Effects of undivided ext. gate spacer on divided manifold & turbine housing

it's not about expansion within the manifold - it's about obtaining the maximum energy differential across the turbine to turn into shaft work. Obviously hotter gases have more energy. this is design theory.

In practice there are so many affecting variables that it's literally a crap shoot to 'have the best setup'. T3, T4, individual runner/equal length, pulse theory, turbine wheel diameter, A/R, Wastegate placement - all these things have to work in concert with one another to hit "the sweet spot"

In my situation, and the point of the thread, was to question the effect of the undivided spacer in a divided system.
 
I was just thinking about your comments a bit more. I think maybe you aren't grasping what I am saying, which is, heat, in itself, does not, drive the turbine. It is merely a by product.
I have a little 2L honda engine I put together and built a turbo system for sitting here. The turbo is a hx52 hotside with an hx55 cold side. At a mere 4000rpm and only 1150* egt I am making 15psi on the cold side.
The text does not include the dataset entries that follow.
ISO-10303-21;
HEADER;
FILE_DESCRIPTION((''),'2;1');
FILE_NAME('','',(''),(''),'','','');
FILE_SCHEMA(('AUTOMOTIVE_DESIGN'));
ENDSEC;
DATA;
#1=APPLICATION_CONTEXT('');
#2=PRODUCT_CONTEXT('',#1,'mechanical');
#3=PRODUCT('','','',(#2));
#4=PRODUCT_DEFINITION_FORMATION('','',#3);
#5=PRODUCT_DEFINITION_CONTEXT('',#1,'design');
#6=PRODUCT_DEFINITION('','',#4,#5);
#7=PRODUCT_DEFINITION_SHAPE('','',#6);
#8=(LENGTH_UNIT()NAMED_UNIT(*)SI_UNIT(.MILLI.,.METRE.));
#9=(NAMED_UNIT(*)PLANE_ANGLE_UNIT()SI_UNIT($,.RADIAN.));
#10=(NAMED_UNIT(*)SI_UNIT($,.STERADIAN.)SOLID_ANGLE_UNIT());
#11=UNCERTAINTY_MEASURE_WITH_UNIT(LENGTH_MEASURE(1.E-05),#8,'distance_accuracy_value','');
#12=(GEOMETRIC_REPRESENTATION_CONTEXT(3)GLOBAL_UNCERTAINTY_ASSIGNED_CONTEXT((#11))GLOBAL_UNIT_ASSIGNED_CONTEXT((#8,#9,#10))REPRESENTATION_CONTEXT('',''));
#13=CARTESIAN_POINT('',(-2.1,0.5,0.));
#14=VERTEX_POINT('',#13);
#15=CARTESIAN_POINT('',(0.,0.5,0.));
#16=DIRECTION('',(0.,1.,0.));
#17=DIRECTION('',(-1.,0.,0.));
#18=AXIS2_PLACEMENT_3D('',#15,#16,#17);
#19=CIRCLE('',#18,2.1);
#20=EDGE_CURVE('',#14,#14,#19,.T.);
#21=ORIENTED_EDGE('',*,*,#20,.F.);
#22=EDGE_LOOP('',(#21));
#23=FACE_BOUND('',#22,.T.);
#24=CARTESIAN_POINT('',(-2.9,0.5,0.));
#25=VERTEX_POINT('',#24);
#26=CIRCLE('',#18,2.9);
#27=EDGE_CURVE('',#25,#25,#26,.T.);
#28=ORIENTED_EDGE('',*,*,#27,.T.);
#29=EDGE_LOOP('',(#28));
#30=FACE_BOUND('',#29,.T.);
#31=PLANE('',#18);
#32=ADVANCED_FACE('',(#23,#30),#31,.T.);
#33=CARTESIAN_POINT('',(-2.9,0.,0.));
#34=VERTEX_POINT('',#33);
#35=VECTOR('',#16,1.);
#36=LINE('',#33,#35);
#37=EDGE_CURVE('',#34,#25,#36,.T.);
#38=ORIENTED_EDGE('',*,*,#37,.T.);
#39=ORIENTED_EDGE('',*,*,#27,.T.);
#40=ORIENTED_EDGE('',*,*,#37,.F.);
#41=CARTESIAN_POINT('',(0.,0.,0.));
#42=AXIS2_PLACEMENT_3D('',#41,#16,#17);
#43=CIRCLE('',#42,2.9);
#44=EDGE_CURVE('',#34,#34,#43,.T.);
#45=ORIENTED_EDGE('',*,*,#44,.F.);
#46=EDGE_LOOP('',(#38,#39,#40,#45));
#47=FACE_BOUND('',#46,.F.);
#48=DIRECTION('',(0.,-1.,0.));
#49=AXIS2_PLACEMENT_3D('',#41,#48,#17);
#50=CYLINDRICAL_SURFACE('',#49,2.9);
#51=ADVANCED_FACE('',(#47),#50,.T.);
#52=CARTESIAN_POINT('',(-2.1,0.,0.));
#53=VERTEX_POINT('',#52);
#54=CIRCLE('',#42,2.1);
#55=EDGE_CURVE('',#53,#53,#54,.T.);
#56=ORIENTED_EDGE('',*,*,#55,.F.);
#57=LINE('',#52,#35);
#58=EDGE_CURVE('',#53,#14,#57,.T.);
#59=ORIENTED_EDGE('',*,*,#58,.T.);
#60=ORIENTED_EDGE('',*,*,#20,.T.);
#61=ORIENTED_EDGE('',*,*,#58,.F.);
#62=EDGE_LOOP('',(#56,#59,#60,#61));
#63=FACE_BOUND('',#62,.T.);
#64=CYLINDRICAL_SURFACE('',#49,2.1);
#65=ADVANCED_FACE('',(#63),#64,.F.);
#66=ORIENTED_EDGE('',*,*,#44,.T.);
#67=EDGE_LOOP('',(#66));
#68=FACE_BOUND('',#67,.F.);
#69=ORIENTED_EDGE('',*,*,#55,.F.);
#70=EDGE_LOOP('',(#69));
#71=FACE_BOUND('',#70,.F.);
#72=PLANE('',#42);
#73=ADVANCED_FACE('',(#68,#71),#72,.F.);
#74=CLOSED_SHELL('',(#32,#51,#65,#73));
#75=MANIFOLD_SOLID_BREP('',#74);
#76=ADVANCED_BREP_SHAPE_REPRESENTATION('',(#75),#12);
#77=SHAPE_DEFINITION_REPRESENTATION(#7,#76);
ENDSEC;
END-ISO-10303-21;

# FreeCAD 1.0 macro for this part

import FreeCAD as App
import Part
import Sketcher

V = App.Vector

doc = App.newDocument("Part")
body = doc.addObject("PartDesign::Body", "Body")

sketch1 = body.newObject("Sketcher::SketchObject", "Sketch")
sketch1.AttachmentSupport = (doc.getObject("XZ_Plane"), [""])
sketch1.MapMode = "FlatFace"
sketch1.addGeometry(Part.Circle(V(0, 0, 0), V(0, 0, 1), 2.9), False)
sketch1.addGeometry(Part.Circle(V(0, 0, 0), V(0, 0, 1), 2.1), False)
sketch1.addConstraint(Sketcher.Constraint("Coincident", 0, 3, -1, 1))
sketch1.addConstraint(Sketcher.Constraint("Coincident", 1, 3, -1, 1))
sketch1.addConstraint(Sketcher.Constraint("Diameter", 0, 5.8))
sketch1.addConstraint(Sketcher.Constraint("Diameter", 1, 4.2))
pad1 = body.newObject("PartDesign::Pad", "Pad")
pad1.Profile = sketch1
pad1.Length = 0.5
pad1.Reversed = True

doc.recompute()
Think about it, its 1/3 the displacement of one of these cummins, and the egts are anything but hot. So whats driving it? Gas velocity, thanks to good ports and a good tubular manifold.


So now the temperature of the gas has no effect on the volume and net effect velocity through the nozzle?

Really I want to buy in on this.....just not doing it for me though....
 
So now the temperature of the gas has no effect on the volume and net effect velocity through the nozzle?

Really I want to buy in on this.....just not doing it for me though....

I never said that, again, you still aren't grasping my point. I never said heat isn't apart of the equation, I'm just saying heat loss isn't worth fretting over when you still have major restriction and flow issues to deal with. Heat is the smallest, and least significant individual factor in driving the turbine.
Of course what I am saying is pertaining to an engine that is producing a complete burn.
 
A little story:

One of the better west coast Cummins guru's installed a equal length header on a heavily fueled, twin turbo Common Rail truck and lost at least 100 hp across the board on the dyno. He quickly changed back to a log type exhaust manifold.
 
A little story:

One of the better west coast Cummins guru's installed a equal length header on a heavily fueled, twin turbo Common Rail truck and lost at least 100 hp across the board on the dyno. He quickly changed back to a log type exhaust manifold.

Then the header he installed was poorly designed.
 
... for the rest of the "program" because the reduction in turbine inlet pressure (and therefore compressor RPM) resulted in a loss of 100 HP.
 
... for the rest of the "program" because the reduction in turbine inlet pressure (and therefore compressor RPM) resulted in a loss of 100 HP.

Turbine inlet pressure and compressor rpm are not fixed, you can absolutely drop pressure with a change in manifolds and increase compressor speed. Sounds like major design flaws in the manifold you guys are referring to.
 
You can't decouple TIP (drive HP) from compressor RPM.

Will's anecdote infers that no other changes were made.
 
Semantics...
Drive HP is the amount of exhaust energy acting upon the turbine, which is comprised of kinetic (flow or velocity) & thermal (heat or expansion) energy.

Pressure delta across the turbine housing (TIP-TOP) dictates shaft HP, while compressor load determines shaft RPM.
 
You can't decouple TIP (drive HP) from compressor RPM.

Will's anecdote infers that no other changes were made.

When you change volume and flow path, you absolutely can, which is precisely what you do when you change from one style manifold to another.

I've done lots of log to tubular conversions, the tubulars have less pressure, yet spool the turbo sooner, and without heat generation.
 
no he/we aren't...

but YOU'RE making it sound like it has ZERO effect on anything, it does

I'm not exactly sure how you guys picked that up, I said:

Turbine inlet pressure and compressor rpm are not fixed, you can absolutely drop pressure with a change in manifolds and increase compressor speed. Sounds like major design flaws in the manifold you guys are referring to.

Which was in reference to:

... for the rest of the "program" because the reduction in turbine inlet pressure (and therefore compressor RPM) resulted in a loss of 100 HP.

This manifold that supposedly lost 100hp, was obviously of a poor design.